**EXERCISE PROMPT:** In the records below, begin at the line that has "v21 (-6,-8,8)" and stop after the line that has "v32 (-6,-4,-8)"; quote those lines verbatim and nothing more.

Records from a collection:
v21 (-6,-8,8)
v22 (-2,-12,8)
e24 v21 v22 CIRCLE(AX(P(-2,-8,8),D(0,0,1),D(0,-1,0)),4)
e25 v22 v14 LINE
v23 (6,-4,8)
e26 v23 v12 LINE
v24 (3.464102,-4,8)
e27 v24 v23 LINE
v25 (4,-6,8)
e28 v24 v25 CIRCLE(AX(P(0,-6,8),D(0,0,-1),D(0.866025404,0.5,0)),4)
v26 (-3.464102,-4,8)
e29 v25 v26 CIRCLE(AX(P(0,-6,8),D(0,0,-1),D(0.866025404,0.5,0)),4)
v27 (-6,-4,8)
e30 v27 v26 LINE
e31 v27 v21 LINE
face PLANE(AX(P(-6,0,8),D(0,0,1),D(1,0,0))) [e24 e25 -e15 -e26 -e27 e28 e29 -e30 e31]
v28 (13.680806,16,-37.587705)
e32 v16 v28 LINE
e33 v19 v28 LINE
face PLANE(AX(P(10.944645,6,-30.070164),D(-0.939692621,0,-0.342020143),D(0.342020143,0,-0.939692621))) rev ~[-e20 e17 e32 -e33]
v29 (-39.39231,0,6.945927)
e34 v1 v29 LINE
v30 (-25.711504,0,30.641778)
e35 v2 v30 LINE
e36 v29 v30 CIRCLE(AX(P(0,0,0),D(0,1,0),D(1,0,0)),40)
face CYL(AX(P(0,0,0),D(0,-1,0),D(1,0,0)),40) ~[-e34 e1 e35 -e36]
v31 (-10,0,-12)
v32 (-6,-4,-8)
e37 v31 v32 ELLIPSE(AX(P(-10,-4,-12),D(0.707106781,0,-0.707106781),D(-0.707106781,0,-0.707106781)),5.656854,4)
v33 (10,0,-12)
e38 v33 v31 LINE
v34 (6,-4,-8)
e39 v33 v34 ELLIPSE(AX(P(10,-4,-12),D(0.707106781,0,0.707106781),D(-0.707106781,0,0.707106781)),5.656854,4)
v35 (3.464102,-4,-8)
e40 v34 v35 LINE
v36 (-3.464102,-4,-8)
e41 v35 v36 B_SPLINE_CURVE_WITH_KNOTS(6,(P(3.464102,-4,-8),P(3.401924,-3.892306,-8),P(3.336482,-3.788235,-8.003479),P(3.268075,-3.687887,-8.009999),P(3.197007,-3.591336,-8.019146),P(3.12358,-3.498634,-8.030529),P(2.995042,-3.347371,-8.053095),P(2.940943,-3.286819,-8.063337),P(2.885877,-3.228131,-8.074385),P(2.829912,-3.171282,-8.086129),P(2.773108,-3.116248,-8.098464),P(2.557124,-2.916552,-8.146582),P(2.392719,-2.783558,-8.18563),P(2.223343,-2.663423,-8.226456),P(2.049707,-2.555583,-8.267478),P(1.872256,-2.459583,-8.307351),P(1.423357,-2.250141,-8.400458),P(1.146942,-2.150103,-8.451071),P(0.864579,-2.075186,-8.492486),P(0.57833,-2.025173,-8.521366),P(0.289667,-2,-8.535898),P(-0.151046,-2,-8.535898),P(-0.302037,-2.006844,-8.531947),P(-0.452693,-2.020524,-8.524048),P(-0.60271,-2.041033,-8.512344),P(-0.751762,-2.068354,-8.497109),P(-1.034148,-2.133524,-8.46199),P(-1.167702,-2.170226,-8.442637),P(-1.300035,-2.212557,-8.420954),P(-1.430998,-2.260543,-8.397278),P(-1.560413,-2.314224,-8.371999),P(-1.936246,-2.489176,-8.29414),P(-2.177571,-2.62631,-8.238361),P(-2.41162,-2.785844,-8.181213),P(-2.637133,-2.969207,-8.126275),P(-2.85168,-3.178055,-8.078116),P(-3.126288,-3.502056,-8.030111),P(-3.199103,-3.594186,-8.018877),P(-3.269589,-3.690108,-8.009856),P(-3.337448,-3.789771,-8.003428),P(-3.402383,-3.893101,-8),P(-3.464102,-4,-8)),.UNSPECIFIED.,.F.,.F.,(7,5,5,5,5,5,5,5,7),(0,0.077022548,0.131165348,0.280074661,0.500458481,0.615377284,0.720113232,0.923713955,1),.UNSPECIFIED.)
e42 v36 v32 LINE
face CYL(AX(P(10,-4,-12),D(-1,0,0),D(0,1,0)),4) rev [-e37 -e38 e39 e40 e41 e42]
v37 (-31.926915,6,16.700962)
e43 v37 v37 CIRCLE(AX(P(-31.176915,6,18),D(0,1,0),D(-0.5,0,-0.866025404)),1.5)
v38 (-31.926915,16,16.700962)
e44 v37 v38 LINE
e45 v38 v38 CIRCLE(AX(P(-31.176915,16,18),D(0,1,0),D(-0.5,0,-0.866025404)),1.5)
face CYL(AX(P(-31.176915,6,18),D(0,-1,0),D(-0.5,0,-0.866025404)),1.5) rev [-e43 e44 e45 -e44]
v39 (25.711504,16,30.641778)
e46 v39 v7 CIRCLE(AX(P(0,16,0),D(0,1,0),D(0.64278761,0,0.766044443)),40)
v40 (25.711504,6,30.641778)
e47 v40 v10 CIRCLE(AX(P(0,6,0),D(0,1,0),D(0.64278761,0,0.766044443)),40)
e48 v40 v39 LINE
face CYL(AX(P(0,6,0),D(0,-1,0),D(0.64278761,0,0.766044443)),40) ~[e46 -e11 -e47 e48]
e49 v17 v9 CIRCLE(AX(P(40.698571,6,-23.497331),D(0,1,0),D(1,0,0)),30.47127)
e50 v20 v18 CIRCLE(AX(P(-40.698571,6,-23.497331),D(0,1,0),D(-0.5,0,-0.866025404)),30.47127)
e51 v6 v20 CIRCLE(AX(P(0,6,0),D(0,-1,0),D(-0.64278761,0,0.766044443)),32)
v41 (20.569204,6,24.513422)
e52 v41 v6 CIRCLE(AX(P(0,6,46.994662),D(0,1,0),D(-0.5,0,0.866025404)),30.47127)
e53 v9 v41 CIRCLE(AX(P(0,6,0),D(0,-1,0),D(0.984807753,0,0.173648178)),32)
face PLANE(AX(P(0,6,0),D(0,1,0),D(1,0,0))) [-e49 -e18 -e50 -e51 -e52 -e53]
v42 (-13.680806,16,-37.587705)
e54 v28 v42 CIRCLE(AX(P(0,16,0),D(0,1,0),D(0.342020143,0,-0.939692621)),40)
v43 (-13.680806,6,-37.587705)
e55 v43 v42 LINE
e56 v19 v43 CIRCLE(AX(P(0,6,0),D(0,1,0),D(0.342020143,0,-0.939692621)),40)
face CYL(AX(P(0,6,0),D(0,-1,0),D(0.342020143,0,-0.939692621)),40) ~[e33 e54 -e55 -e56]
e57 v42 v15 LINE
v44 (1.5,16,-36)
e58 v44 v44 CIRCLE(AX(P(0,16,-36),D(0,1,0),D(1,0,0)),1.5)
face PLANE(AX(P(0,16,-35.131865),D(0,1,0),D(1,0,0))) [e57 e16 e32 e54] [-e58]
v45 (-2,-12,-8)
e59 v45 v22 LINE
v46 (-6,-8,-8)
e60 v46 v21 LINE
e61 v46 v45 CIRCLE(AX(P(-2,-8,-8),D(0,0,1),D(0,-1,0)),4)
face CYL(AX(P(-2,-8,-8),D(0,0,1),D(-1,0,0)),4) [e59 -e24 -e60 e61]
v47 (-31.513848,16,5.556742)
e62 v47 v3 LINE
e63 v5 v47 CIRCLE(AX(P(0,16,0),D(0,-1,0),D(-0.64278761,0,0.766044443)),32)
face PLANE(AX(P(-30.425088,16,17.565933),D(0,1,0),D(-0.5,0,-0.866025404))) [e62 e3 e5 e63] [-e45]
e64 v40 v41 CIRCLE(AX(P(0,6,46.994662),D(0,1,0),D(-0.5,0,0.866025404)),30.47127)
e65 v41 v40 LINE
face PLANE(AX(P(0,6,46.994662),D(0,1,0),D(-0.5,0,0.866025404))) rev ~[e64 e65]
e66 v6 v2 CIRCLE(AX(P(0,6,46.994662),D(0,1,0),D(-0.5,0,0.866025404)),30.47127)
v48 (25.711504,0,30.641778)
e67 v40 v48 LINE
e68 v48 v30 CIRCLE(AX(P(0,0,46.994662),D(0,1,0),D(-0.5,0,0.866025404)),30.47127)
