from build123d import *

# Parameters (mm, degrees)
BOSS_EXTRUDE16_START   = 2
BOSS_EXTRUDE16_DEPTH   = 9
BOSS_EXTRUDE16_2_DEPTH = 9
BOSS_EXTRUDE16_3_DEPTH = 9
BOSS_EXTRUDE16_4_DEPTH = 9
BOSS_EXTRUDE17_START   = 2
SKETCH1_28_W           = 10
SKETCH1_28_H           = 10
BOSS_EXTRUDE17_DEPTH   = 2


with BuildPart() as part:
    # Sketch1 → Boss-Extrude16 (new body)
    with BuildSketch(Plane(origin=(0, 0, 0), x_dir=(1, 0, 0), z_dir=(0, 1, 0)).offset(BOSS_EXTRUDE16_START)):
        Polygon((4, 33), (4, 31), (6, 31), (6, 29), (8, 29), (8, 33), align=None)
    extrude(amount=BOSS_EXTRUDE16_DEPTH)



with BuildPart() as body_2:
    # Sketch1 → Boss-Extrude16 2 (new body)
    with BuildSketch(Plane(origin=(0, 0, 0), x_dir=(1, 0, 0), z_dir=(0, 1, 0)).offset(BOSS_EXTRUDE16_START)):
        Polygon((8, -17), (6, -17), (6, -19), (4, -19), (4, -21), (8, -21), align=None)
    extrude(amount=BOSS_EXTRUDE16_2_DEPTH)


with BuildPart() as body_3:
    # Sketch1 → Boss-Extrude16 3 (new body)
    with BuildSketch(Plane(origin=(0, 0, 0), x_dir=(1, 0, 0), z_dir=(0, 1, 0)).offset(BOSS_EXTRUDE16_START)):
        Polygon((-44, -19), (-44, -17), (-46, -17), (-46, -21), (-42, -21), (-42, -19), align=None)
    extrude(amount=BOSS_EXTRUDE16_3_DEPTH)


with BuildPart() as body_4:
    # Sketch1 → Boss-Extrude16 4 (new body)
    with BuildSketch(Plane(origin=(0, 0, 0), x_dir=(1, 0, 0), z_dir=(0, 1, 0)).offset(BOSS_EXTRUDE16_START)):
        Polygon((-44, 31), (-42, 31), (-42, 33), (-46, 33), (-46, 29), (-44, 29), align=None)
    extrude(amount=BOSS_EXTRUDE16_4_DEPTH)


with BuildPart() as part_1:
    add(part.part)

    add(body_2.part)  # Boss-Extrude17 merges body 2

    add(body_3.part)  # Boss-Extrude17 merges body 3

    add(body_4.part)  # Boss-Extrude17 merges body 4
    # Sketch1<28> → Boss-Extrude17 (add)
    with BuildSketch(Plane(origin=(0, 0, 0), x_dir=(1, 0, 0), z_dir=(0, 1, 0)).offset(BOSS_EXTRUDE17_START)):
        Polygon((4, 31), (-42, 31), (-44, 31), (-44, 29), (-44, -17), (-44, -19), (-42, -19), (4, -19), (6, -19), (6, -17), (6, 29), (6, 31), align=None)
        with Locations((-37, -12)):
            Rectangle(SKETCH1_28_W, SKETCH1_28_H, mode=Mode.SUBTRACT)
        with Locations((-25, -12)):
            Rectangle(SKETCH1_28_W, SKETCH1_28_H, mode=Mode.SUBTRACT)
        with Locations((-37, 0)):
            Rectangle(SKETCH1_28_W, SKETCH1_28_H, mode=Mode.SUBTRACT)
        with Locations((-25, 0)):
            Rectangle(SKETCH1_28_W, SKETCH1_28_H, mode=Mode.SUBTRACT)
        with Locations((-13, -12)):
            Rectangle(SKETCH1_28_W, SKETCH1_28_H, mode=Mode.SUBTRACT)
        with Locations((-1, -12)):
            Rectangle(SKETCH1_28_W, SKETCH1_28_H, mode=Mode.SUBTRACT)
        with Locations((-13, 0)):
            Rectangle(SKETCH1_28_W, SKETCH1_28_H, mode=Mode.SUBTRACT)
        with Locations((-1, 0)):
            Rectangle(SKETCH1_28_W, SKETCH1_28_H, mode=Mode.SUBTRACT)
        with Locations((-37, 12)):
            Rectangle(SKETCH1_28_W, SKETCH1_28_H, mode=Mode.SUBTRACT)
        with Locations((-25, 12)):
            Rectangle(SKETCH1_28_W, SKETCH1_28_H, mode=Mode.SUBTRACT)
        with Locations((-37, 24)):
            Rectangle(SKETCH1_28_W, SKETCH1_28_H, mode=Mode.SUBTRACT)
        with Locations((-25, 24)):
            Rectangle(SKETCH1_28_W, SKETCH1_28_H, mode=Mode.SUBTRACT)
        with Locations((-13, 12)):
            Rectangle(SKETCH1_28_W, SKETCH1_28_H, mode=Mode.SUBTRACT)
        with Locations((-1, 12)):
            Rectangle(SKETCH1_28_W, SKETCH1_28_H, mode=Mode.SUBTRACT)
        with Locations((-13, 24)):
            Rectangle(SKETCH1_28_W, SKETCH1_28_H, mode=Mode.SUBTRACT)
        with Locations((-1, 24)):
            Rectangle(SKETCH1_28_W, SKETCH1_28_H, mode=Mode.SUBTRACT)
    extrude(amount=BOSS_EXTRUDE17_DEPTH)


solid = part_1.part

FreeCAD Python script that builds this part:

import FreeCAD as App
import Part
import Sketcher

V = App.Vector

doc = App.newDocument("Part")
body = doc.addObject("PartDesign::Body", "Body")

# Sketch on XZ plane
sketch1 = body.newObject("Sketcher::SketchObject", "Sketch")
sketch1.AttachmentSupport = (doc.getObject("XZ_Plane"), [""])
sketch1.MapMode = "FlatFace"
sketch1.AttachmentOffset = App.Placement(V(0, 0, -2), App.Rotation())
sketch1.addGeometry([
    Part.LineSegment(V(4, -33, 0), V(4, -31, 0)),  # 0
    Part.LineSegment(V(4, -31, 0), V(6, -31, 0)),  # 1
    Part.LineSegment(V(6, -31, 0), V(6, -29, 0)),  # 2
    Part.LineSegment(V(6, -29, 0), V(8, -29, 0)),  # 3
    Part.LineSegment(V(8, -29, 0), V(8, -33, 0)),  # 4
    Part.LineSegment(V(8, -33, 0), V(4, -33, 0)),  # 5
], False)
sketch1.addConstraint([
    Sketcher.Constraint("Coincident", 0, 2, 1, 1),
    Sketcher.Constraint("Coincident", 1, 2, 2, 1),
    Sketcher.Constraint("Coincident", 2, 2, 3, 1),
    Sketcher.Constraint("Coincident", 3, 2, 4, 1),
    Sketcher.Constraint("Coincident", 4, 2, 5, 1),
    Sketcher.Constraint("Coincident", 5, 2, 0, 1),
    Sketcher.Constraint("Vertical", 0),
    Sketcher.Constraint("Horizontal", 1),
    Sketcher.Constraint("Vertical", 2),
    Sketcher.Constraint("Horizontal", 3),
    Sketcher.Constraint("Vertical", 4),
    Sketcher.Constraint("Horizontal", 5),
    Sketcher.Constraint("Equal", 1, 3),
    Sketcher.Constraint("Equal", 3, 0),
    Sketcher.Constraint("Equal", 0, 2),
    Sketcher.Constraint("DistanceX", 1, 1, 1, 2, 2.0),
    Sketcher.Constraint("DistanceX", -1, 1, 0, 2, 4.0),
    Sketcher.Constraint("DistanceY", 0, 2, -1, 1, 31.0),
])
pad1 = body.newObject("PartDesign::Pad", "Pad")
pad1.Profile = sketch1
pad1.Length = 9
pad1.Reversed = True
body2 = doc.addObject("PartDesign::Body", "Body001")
...
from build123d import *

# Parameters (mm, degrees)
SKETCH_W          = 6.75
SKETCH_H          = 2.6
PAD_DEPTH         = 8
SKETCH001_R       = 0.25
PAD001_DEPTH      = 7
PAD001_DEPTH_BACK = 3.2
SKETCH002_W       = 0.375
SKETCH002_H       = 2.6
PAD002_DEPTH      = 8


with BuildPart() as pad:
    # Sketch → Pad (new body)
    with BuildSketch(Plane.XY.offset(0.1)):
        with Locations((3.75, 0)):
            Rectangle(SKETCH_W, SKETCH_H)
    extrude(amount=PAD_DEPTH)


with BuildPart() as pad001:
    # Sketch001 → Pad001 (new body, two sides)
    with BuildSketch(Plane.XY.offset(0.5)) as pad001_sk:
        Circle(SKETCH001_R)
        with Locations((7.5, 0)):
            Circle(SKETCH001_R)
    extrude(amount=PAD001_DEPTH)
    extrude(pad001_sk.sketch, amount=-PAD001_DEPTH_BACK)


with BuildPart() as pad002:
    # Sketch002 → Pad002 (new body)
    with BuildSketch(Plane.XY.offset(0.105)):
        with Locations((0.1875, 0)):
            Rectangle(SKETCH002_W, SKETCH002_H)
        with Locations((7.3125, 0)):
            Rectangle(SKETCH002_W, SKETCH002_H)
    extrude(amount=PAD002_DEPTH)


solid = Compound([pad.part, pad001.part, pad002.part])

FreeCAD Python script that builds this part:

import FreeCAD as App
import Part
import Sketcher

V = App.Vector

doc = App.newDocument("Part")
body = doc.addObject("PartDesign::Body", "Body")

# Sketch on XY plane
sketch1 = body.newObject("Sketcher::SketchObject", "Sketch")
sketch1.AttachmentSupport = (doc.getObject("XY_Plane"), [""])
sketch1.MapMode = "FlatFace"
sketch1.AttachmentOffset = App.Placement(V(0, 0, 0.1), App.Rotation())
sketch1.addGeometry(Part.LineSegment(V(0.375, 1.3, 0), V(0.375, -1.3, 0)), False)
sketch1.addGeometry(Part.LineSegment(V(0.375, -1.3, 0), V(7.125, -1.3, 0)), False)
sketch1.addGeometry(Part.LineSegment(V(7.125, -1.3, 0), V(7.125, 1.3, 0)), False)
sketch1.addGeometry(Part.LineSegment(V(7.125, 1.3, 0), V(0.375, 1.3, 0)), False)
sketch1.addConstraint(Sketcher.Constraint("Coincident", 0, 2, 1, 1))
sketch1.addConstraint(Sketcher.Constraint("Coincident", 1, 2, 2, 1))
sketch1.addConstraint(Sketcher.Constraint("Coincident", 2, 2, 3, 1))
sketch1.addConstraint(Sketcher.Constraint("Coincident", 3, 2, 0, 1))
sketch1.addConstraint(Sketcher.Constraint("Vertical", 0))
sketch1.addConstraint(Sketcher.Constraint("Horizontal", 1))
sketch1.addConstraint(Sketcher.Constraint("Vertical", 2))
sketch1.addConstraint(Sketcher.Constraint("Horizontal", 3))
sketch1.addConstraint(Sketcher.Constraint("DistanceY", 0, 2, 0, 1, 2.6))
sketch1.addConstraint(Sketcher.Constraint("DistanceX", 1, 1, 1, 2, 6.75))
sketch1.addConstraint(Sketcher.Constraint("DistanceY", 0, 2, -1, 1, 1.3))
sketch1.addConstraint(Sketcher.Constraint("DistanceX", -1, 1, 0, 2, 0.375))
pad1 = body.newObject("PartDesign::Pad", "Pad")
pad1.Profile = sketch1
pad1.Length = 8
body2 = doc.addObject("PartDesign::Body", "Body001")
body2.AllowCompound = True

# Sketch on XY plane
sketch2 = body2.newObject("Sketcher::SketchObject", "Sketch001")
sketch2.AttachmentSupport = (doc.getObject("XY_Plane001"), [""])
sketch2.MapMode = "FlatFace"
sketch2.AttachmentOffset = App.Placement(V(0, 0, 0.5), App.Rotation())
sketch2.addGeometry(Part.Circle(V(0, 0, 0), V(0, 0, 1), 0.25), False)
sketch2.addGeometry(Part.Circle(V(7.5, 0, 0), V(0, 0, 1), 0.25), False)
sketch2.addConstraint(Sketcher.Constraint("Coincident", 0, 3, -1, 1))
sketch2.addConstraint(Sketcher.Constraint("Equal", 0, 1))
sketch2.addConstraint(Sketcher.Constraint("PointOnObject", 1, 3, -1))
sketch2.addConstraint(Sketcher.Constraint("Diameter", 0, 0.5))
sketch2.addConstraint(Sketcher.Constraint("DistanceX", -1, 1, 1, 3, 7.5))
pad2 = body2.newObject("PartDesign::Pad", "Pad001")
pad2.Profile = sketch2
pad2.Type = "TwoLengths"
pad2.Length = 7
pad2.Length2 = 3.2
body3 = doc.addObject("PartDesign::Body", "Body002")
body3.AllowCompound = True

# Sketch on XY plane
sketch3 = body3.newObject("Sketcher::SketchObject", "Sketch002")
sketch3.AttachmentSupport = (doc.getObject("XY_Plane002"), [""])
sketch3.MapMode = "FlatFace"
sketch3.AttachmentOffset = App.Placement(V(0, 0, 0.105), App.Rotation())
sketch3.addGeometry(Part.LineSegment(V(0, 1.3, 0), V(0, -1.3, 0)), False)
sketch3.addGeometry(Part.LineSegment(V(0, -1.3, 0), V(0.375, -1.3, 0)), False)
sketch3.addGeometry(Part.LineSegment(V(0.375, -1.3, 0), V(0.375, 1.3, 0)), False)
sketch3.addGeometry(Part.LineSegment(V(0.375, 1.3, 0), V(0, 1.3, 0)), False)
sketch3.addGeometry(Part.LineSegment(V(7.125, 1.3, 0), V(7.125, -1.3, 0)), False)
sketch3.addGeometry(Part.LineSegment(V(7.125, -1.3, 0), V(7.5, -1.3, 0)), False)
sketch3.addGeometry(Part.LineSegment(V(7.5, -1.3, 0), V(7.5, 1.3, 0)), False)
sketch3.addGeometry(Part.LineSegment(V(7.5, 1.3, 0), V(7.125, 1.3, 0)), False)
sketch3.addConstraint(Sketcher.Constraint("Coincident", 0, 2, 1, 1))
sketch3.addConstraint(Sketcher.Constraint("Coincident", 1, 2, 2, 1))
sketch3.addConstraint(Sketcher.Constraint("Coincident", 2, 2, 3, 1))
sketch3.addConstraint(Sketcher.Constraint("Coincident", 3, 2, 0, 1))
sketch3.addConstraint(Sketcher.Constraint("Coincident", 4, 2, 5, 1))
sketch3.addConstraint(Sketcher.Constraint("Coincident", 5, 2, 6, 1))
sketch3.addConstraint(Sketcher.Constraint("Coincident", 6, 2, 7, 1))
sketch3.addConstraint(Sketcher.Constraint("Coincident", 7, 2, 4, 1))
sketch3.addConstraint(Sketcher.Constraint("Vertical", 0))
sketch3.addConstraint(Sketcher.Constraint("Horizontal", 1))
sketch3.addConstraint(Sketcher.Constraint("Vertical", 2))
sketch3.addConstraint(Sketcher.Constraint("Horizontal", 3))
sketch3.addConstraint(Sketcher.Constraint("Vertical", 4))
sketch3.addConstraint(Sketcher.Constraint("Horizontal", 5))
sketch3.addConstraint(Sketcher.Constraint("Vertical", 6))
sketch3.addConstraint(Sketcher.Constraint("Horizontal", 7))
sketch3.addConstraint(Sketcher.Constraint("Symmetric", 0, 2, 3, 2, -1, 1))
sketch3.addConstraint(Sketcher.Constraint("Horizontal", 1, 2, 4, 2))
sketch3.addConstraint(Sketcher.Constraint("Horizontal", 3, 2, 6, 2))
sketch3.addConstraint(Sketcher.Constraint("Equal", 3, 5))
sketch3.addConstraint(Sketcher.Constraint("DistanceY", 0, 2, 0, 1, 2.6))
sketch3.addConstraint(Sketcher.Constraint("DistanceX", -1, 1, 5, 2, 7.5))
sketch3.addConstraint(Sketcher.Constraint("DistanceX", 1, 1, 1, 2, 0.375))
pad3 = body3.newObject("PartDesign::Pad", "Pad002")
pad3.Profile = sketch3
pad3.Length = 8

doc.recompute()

**ANSWER TO THE PROBLEM:**
v21 (-6,-8,8)
v22 (-2,-12,8)
e24 v21 v22 CIRCLE(AX(P(-2,-8,8),D(0,0,1),D(0,-1,0)),4)
e25 v22 v14 LINE
v23 (6,-4,8)
e26 v23 v12 LINE
v24 (3.464102,-4,8)
e27 v24 v23 LINE
v25 (4,-6,8)
e28 v24 v25 CIRCLE(AX(P(0,-6,8),D(0,0,-1),D(0.866025404,0.5,0)),4)
v26 (-3.464102,-4,8)
e29 v25 v26 CIRCLE(AX(P(0,-6,8),D(0,0,-1),D(0.866025404,0.5,0)),4)
v27 (-6,-4,8)
e30 v27 v26 LINE
e31 v27 v21 LINE
face PLANE(AX(P(-6,0,8),D(0,0,1),D(1,0,0))) [e24 e25 -e15 -e26 -e27 e28 e29 -e30 e31]
v28 (13.680806,16,-37.587705)
e32 v16 v28 LINE
e33 v19 v28 LINE
face PLANE(AX(P(10.944645,6,-30.070164),D(-0.939692621,0,-0.342020143),D(0.342020143,0,-0.939692621))) rev ~[-e20 e17 e32 -e33]
v29 (-39.39231,0,6.945927)
e34 v1 v29 LINE
v30 (-25.711504,0,30.641778)
e35 v2 v30 LINE
e36 v29 v30 CIRCLE(AX(P(0,0,0),D(0,1,0),D(1,0,0)),40)
face CYL(AX(P(0,0,0),D(0,-1,0),D(1,0,0)),40) ~[-e34 e1 e35 -e36]
v31 (-10,0,-12)
v32 (-6,-4,-8)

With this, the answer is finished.